Published: Monday, 03 May 2021 09:04
New HPC cluster taken into full operation
The new HPC cluster at the Center for Information Services and High Performance Computing (ZIH) at TU Dresden was taken into full operation. The cluster from NEC Deutschland GmbH will be used by our center for applications in the fields of Artificial Intelligence (AI).
The TU Dresden is one of eleven German Universities of Excellence, a title which confirms the potential of one of Germany’s largest technical universities. TU Dresden offers a broad spectrum of study programmes, uniting the natural and engineering sciences with the humanities and social sciences, as well as medicine.
The new HPC cluster is especially designed for machine learning and was financed by the German Ministry for Science, Research and Education (BMBF) for the competence centre ScaDS.AI Dresden/Leipzig. After a Europe-wide tender, NEC Deutschland GmbH won the bid and installed the system already in December 2020.
At the heart of the system and essential for the computing power are a total of 272 NVIDIA A100 GPUs, eight of which are contained in each of the 34 compute nodes. Their theoretical maximum performance of floating point operations is more than 2.6 PFlop/s at 64-bit (double precision), more than 5.3 PFlop/s at 32-bit (single precision), and more than 42 PFlop/s in FT32-to-FP32 Tensor Operations. This is expected to make the system fast enough for an entry in the upcoming Top500 list in June 2021.

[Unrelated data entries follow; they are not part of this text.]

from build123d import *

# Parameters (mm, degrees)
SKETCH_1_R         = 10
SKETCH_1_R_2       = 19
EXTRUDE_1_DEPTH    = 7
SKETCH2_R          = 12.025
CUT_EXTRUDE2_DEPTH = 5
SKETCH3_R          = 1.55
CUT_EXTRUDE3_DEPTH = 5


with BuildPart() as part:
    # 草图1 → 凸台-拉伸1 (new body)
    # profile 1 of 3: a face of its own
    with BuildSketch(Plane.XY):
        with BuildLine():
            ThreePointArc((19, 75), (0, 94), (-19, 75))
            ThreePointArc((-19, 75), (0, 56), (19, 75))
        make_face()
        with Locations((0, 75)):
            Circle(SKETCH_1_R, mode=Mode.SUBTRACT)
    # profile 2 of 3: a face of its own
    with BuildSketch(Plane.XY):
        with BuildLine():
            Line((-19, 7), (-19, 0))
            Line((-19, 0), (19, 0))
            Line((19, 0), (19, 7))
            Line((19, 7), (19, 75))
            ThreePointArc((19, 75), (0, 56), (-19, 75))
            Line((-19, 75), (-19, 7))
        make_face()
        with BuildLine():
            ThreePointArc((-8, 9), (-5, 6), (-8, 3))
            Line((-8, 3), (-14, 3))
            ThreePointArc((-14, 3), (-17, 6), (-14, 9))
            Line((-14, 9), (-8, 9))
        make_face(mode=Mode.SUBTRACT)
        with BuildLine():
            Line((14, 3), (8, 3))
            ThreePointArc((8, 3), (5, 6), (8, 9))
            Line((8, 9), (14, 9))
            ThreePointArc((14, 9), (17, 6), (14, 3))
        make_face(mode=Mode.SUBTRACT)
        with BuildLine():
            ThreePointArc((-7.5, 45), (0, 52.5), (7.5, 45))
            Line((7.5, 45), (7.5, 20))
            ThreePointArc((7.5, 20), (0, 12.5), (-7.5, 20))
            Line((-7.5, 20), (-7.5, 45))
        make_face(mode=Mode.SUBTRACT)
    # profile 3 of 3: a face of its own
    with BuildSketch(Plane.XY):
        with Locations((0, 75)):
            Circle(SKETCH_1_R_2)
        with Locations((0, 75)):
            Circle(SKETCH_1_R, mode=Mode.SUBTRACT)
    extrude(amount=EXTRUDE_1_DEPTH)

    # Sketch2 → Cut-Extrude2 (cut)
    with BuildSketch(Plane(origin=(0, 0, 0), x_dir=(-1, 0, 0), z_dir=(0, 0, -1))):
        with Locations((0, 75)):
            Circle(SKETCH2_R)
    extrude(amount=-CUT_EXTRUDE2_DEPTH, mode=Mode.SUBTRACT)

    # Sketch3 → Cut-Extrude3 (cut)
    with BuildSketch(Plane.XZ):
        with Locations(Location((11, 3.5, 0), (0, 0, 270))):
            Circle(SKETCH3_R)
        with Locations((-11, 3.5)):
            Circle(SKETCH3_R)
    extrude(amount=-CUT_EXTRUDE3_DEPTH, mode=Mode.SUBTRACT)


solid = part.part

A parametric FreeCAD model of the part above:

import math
import FreeCAD as App
import Part
import Sketcher

V = App.Vector

doc = App.newDocument("Part")
body = doc.addObject("PartDesign::Body", "Body")

# Sketch on XY plane
sketch1 = body.newObject("Sketcher::SketchObject", "Sketch")
sketch1.AttachmentSupport = (doc.getObject("XY_Plane"), [""])
sketch1.MapMode = "FlatFace"
sketch1.addGeometry([
    Part.ArcOfCircle(Part.Circle(V(0, 75, 0), V(0, 0, 1), 19), math.radians(0), math.radians(180)),  # 0
    Part.LineSegment(V(-19, 75, 0), V(-19, 0, 0)),  # 1
    Part.LineSegment(V(-19, 0, 0), V(19, 0, 0)),  # 2
    Part.LineSegment(V(19, 0, 0), V(19, 75, 0)),  # 3
    Part.Circle(V(0, 75, 0), V(0, 0, 1), 10),  # 4
    Part.ArcOfCircle(Part.Circle(V(0, 45, 0), V(0, 0, 1), 7.5), math.radians(0), math.radians(180)),  # 5
    Part.LineSegment(V(7.5, 45, 0), V(7.5, 20, 0)),  # 6
    Part.ArcOfCircle(Part.Circle(V(0, 20, 0), V(0, 0, 1), 7.5), math.radians(180), math.radians(360)),  # 7
    Part.LineSegment(V(-7.5, 20, 0), V(-7.5, 45, 0)),  # 8
    Part.LineSegment(V(-14, 9, 0), V(-8, 9, 0)),  # 9
    Part.ArcOfCircle(Part.Circle(V(-8, 6, 0), V(0, 0, 1), 3), math.radians(-90), math.radians(90)),  # 10
    Part.LineSegment(V(-8, 3, 0), V(-14, 3, 0)),  # 11
    Part.ArcOfCircle(Part.Circle(V(-14, 6, 0), V(0, 0, 1), 3), math.radians(90), math.radians(270)),  # 12
    Part.ArcOfCircle(Part.Circle(V(14, 6, 0), V(0, 0, 1), 3), math.radians(-90), math.radians(90)),  # 13
    Part.LineSegment(V(14, 3, 0), V(8, 3, 0)),  # 14
    Part.ArcOfCircle(Part.Circle(V(8, 6, 0), V(0, 0, 1), 3), math.radians(90), math.radians(270)),  # 15
    Part.LineSegment(V(8, 9, 0), V(14, 9, 0)),  # 16
], False)
sketch1.addConstraint([
    Sketcher.Constraint("Tangent", 0, 2, 1, 1),
    Sketcher.Constraint("Coincident", 1, 2, 2, 1),
    Sketcher.Constraint("Coincident", 2, 2, 3, 1),
    Sketcher.Constraint("Tangent", 3, 2, 0, 1),
    Sketcher.Constraint("Tangent", 5, 1, 6, 1),
    Sketcher.Constraint("Tangent", 6, 2, 7, 2),
    Sketcher.Constraint("Tangent", 7, 1, 8, 1),
    Sketcher.Constraint("Tangent", 8, 2, 5, 2),
    Sketcher.Constraint("Tangent", 9, 2, 10, 2),
    Sketcher.Constraint("Tangent", 10, 1, 11, 1),
    Sketcher.Constraint("Tangent", 11, 2, 12, 2),
    Sketcher.Constraint("Tangent", 12, 1, 9, 1),
    Sketcher.Constraint("Tangent", 13, 1, 14, 1),
    Sketcher.Constraint("Tangent", 14, 2, 15, 2),
    Sketcher.Constraint("Tangent", 15, 1, 16, 1),
    Sketcher.Constraint("Tangent", 16, 2, 13, 2),
    Sketcher.Constraint("Vertical", 1),
    Sketcher.Constraint("Horizontal", 2),
    Sketcher.Constraint("Vertical", 3),
    Sketcher.Constraint("Vertical", 6),
    Sketcher.Constraint("Vertical", 8),
    Sketcher.Constraint("Horizontal", 9),
    Sketcher.Constraint("Horizontal", 11),
    Sketcher.Constraint("Horizontal", 14),
    Sketcher.Constraint("Horizontal", 16),
    Sketcher.Constraint("Coincident", 4, 3, 0, 3),
    Sketcher.Constraint("Equal", 12, 13),
    Sketcher.Constraint("Symmetric", 1, 2, 2, 2, -1, 1),
    Sketcher.Constraint("Symmetric", 12, 3, 13, 3, -2),
    Sketcher.Constraint("PointOnObject", 5, 3, -2),
    Sketcher.Constraint("Equal", 11, 14),
    Sketcher.Constraint("Diameter", 4, 20.0),
    Sketcher.Constraint("Radius", 0, 19.0),
    Sketcher.Constraint("Radius", 10, 3.0),
    Sketcher.Constraint("Radius", 5, 7.5),
    Sketcher.Constraint("DistanceX", 9, 1, 9, 2, 6.0),
    Sketcher.Constraint("DistanceY", 1, 2, 1, 1, 75.0),
    Sketcher.Constraint("DistanceY", 6, 2, 6, 1, 25.0),
    Sketcher.Constraint("DistanceY", -1, 1, 5, 3, 45.0),
    Sketcher.Constraint("DistanceX", 10, 3, -1, 1, 8.0),
    Sketcher.Constraint("DistanceY", -1, 1, 10, 3, 6.0),
])
pad1 = body.newObject("PartDesign::Pad", "Pad")
pad1.Profile = sketch1
pad1.Length = 7

# Sketch on XY plane
sketch2 = body.newObject("Sketcher::SketchObject", "Sketch001")
sketch2.AttachmentSupport = (doc.getObject("XY_Plane"), [""])
sketch2.MapMode = "FlatFace"
sketch2.addGeometry(Part.Circle(V(0, 75, 0), V(0, 0, 1), 12), False)
sketch2.addConstraint([
    Sketcher.Constraint("PointOnObject", 0, 3, -2),
    Sketcher.Constraint("Diameter", 0, 24.05),
    Sketcher.Constraint("DistanceY", -1, 1, 0, 3, 75.0),
])
pocket1 = body.newObject("PartDesign::Pocket", "Pocket")
pocket1.Profile = sketch2
pocket1.Length = 5
pocket1.Reversed = True

# Sketch on XZ plane
sketch3 = body.newObject("Sketcher::SketchObject", "Sketch002")
sketch3.AttachmentSupport = (doc.getObject("XZ_Plane"), [""])
sketch3.MapMode = "FlatFace"
sketch3.addGeometry([
    Part.Circle(V(11, 3.5, 0), V(0, 0, 1), 1.6),
    Part.Circle(V(-11, 3.5, 0), V(0, 0, 1), 1.6),
], False)
sketch3.addConstraint([
    Sketcher.Constraint("Equal", 0, 1),
    Sketcher.Constraint("Symmetric", 0, 3, 1, 3, -2),
    Sketcher.Constraint("Diameter", 0, 3.1),
    Sketcher.Constraint("DistanceX", -1, 1, 0, 3, 11.0),
    Sketcher.Constraint("DistanceY", -1, 1, 0, 3, 3.5),
])
pocket2 = body.newObject("PartDesign::Pocket", "Pocket001")
pocket2.Profile = sketch3
pocket2.Length = 5

doc.recompute()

Each node also features a large 1 TB of main memory and 3.2 TB of local NVMe cache to quickly feed data to the GPUs. Fast connectivity to the central HPC storage complex is provided via two HDR InfiniBand ports each with a combined 400 Gbps of network bandwidth at a very low latency. The maximum power consumption of a node is 4.8 kW. Direct hot water cooling (DLC) ensures high energy efficiency while utilising the waste heat.

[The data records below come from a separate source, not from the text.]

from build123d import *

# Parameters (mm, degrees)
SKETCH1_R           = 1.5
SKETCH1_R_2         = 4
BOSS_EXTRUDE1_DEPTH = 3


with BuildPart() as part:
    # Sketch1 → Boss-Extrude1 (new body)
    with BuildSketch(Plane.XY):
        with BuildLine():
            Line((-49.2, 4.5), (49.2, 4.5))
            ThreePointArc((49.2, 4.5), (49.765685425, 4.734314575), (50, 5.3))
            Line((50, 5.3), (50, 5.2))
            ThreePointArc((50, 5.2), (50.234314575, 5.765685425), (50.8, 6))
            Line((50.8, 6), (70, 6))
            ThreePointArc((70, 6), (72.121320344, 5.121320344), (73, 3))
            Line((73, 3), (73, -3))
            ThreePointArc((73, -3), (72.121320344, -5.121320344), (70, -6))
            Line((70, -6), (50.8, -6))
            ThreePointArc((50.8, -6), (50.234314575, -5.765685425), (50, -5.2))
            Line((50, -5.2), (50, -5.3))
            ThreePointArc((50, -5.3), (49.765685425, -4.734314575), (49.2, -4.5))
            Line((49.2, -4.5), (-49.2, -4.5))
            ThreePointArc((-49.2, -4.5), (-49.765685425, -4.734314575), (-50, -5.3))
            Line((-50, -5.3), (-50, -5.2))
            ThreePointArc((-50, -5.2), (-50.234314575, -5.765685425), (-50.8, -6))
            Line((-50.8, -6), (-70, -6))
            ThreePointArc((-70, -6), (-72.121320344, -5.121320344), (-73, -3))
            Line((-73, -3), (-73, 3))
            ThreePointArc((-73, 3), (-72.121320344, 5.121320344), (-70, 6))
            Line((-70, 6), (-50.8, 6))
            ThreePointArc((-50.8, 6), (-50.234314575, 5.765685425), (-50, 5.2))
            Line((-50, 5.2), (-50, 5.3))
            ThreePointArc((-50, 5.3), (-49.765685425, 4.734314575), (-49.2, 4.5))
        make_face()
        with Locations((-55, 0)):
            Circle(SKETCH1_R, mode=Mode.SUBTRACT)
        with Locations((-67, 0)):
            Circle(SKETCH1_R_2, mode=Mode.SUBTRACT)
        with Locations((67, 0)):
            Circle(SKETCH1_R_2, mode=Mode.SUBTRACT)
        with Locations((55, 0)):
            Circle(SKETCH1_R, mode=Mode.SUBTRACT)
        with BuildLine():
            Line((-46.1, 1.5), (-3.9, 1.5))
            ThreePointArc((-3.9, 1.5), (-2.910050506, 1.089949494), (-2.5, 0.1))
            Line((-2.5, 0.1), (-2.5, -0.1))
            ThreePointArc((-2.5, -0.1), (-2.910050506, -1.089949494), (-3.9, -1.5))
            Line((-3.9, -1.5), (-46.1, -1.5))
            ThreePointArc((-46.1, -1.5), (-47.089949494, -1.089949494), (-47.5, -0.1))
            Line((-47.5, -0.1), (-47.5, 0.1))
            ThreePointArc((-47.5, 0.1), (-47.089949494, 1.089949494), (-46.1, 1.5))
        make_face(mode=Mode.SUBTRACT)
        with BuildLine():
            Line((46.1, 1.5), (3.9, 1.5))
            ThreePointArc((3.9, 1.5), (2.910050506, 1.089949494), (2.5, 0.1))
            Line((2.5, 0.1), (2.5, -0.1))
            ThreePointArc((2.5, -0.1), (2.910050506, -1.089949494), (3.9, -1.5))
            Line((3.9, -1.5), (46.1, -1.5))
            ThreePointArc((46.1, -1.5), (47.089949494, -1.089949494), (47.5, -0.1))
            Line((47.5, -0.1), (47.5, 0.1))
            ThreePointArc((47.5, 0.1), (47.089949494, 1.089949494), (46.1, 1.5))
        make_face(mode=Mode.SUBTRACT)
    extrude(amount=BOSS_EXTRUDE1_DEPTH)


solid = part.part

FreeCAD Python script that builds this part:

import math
import FreeCAD as App
import Part
import Sketcher

doc = App.newDocument("Part")
body = doc.addObject("PartDesign::Body", "Body")

# Sketch on XY plane
sketch1 = body.newObject("Sketcher::SketchObject", "Sketch")
sketch1.AttachmentSupport = (doc.getObject("XY_Plane"), [""])
sketch1.MapMode = "FlatFace"
sketch1.addGeometry(Part.LineSegment(App.Vector(49.2, 4.5, 0), App.Vector(-49.2, 4.5, 0)), False)
sketch1.addGeometry(Part.ArcOfCircle(Part.Circle(App.Vector(-49.2, 5.3, 0), App.Vector(0, 0, 1), 0.8), math.radians(180), math.radians(270)), False)
sketch1.addGeometry(Part.LineSegment(App.Vector(-50, 5.3, 0), App.Vector(-50, 5.2, 0)), False)
sketch1.addGeometry(Part.ArcOfCircle(Part.Circle(App.Vector(-50.8, 5.2, 0), App.Vector(0, 0, 1), 0.8), math.radians(0), math.radians(90)), False)
sketch1.addGeometry(Part.LineSegment(App.Vector(-50.8, 6, 0), App.Vector(-70, 6, 0)), False)
sketch1.addGeometry(Part.ArcOfCircle(Part.Circle(App.Vector(-70, 3, 0), App.Vector(0, 0, 1), 3), math.radians(90), math.radians(180)), False)
sketch1.addGeometry(Part.LineSegment(App.Vector(-73, 3, 0), App.Vector(-73, -3, 0)), False)
sketch1.addGeometry(Part.ArcOfCircle(Part.Circle(App.Vector(-70, -3, 0), App.Vector(0, 0, 1), 3), math.radians(180), math.radians(270)), False)
sketch1.addGeometry(Part.LineSegment(App.Vector(-70, -6, 0), App.Vector(-50.8, -6, 0)), False)
sketch1.addGeometry(Part.ArcOfCircle(Part.Circle(App.Vector(-50.8, -5.2, 0), App.Vector(0, 0, 1), 0.8), math.radians(-90), math.radians(0)), False)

The new computing cluster will be integrated into the existing HPC infrastructure of the ZIH. As HPC competence centre, ZIH offers specialized computing resources as well as individual support and consulting for its users. The system will primarily be available for AI research of the competence centre ScaDS.AI Dresden/Leipzig. The execution of highly parallel applications that use AI methods for fast data analysis will benefit from this efficient system, driving both model development and expressiveness of analyses.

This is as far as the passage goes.